Activity: Which lines run from the line with "f 121 102 120" through the line with "v -0.25 0 -1.6667" in the entries below? Print them exactly, both ends included, and nothing more.
######
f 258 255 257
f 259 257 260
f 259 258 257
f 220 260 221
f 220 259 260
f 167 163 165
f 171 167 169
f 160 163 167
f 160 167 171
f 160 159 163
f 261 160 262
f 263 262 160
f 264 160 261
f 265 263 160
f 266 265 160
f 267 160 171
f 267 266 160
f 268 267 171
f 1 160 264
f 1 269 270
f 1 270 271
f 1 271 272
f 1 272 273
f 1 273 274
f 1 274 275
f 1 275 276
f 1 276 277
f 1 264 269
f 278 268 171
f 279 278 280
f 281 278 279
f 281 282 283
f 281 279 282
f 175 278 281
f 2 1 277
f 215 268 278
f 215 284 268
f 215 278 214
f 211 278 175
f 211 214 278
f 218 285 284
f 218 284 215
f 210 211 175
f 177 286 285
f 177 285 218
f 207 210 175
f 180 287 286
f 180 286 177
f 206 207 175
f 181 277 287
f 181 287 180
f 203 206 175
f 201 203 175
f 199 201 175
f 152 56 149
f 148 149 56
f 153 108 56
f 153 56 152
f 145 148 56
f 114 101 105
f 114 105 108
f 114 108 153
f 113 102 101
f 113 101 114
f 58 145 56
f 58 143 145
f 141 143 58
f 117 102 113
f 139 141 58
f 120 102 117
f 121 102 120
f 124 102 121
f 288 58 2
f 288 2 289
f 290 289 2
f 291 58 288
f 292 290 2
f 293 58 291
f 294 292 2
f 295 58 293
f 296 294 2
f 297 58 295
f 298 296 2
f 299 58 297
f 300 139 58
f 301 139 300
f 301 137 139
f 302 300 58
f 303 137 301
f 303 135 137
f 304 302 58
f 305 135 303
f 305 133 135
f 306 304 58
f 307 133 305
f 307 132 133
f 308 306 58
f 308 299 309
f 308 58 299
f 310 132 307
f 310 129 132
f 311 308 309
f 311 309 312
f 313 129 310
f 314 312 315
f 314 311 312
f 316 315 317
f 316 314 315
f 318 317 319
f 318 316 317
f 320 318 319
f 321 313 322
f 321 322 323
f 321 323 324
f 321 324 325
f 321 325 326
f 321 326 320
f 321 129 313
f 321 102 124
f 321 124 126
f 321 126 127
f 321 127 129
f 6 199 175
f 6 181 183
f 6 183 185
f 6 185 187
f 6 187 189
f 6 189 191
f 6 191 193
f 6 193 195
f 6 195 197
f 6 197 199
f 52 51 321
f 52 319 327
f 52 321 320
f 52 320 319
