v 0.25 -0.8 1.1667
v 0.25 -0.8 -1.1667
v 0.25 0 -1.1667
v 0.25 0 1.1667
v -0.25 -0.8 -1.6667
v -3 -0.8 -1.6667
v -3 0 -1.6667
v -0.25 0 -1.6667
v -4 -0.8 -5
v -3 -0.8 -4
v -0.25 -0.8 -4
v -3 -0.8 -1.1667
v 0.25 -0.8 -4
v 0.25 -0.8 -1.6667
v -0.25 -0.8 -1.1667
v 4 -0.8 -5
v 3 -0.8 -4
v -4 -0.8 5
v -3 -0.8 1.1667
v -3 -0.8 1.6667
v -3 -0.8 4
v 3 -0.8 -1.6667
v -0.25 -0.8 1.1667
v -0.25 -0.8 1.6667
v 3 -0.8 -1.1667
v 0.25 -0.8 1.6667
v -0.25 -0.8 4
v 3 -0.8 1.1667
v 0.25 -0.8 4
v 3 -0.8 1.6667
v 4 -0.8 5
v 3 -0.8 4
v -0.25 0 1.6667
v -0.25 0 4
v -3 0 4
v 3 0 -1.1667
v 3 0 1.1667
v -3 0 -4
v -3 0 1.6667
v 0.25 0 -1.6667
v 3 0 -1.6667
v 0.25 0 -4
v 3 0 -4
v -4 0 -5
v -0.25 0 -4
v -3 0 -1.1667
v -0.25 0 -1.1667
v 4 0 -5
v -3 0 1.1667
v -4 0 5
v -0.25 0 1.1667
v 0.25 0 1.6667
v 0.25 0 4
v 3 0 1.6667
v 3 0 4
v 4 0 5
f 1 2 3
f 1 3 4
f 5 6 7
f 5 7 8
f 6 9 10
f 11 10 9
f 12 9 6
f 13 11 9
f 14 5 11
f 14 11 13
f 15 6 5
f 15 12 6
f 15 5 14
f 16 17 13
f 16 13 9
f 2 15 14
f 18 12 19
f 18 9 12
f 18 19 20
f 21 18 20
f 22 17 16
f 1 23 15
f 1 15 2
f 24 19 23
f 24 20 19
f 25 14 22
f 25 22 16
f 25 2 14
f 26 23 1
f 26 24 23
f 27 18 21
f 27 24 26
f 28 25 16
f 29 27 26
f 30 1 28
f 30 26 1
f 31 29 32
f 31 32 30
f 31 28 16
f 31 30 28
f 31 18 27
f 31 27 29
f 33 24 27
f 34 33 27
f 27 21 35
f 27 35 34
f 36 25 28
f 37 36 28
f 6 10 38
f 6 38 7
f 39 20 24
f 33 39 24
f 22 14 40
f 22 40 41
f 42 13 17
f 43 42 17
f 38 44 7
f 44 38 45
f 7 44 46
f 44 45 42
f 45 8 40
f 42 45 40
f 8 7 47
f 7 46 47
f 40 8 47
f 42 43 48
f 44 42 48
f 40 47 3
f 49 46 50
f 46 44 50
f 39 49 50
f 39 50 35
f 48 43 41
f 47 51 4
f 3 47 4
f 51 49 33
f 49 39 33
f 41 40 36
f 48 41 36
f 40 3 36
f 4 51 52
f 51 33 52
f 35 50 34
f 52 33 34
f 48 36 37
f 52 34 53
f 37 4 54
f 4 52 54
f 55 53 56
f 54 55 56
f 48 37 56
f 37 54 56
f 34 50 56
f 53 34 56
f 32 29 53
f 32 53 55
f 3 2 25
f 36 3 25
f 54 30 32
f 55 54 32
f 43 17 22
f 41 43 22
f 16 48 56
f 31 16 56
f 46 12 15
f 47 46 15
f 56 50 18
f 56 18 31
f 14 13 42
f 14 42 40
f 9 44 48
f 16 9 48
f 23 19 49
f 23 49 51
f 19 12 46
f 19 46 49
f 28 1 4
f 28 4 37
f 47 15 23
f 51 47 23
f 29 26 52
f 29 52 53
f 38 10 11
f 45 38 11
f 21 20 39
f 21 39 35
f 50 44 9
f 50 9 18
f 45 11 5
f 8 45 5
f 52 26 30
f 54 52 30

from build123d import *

# Parameters (mm, degrees)
SKETCH_W      = 8
SKETCH_H      = 10
PAD_DEPTH     = 0.8
SKETCH001_W   = 2.75
SKETCH001_H   = 2.333333
SKETCH001_H_2 = 2.333334
POCKET_DEPTH  = 5


with BuildPart() as part:
    # Sketch → Pad (new body)
    with BuildSketch(Plane.XZ):
        Rectangle(SKETCH_W, SKETCH_H)
    extrude(amount=PAD_DEPTH)

    # Sketch001 (on Face6 of Pad) → Pocket (cut)
    with BuildSketch(Plane.XZ.offset(0.8)):
        with Locations((-1.625, 2.833334)):
            Rectangle(SKETCH001_W, SKETCH001_H)
        with Locations((-1.625, 0)):
            Rectangle(SKETCH001_W, SKETCH001_H_2)
        with Locations((-1.625, -2.833334)):
            Rectangle(SKETCH001_W, SKETCH001_H)
        with Locations((1.625, 2.833334)):
            Rectangle(SKETCH001_W, SKETCH001_H)
        with Locations((1.625, 0)):
            Rectangle(SKETCH001_W, SKETCH001_H_2)
        with Locations((1.625, -2.833334)):
            Rectangle(SKETCH001_W, SKETCH001_H)
    extrude(amount=-POCKET_DEPTH, mode=Mode.SUBTRACT)


solid = part.part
######
Response area:
f 121 102 120
f 124 102 121
f 288 58 2
f 288 2 289
f 290 289 2
f 291 58 288
f 292 290 2
f 293 58 291
f 294 292 2
f 295 58 293
f 296 294 2
f 297 58 295
f 298 296 2
f 299 58 297
f 300 139 58
f 301 139 300
f 301 137 139
f 302 300 58
f 303 137 301
f 303 135 137
f 304 302 58
f 305 135 303
f 305 133 135
f 306 304 58
f 307 133 305
f 307 132 133
f 308 306 58
f 308 299 309
f 308 58 299
f 310 132 307
f 310 129 132
f 311 308 309
f 311 309 312
f 313 129 310
f 314 312 315
f 314 311 312
f 316 315 317
f 316 314 315
f 318 317 319
f 318 316 317
f 320 318 319
f 321 313 322
f 321 322 323
f 321 323 324
f 321 324 325
f 321 325 326
f 321 326 320
f 321 129 313
f 321 102 124
f 321 124 126
f 321 126 127
f 321 127 129
f 6 199 175
f 6 181 183
f 6 183 185
f 6 185 187
f 6 187 189
f 6 189 191
f 6 191 193
f 6 193 195
f 6 195 197
f 6 197 199
f 52 51 321
f 52 319 327
f 52 321 320
f 52 320 319
v 0.25 -0.8 1.1667
v 0.25 -0.8 -1.1667
v 0.25 0 -1.1667
v 0.25 0 1.1667
v -0.25 -0.8 -1.6667
v -3 -0.8 -1.6667
v -3 0 -1.6667
v -0.25 0 -1.6667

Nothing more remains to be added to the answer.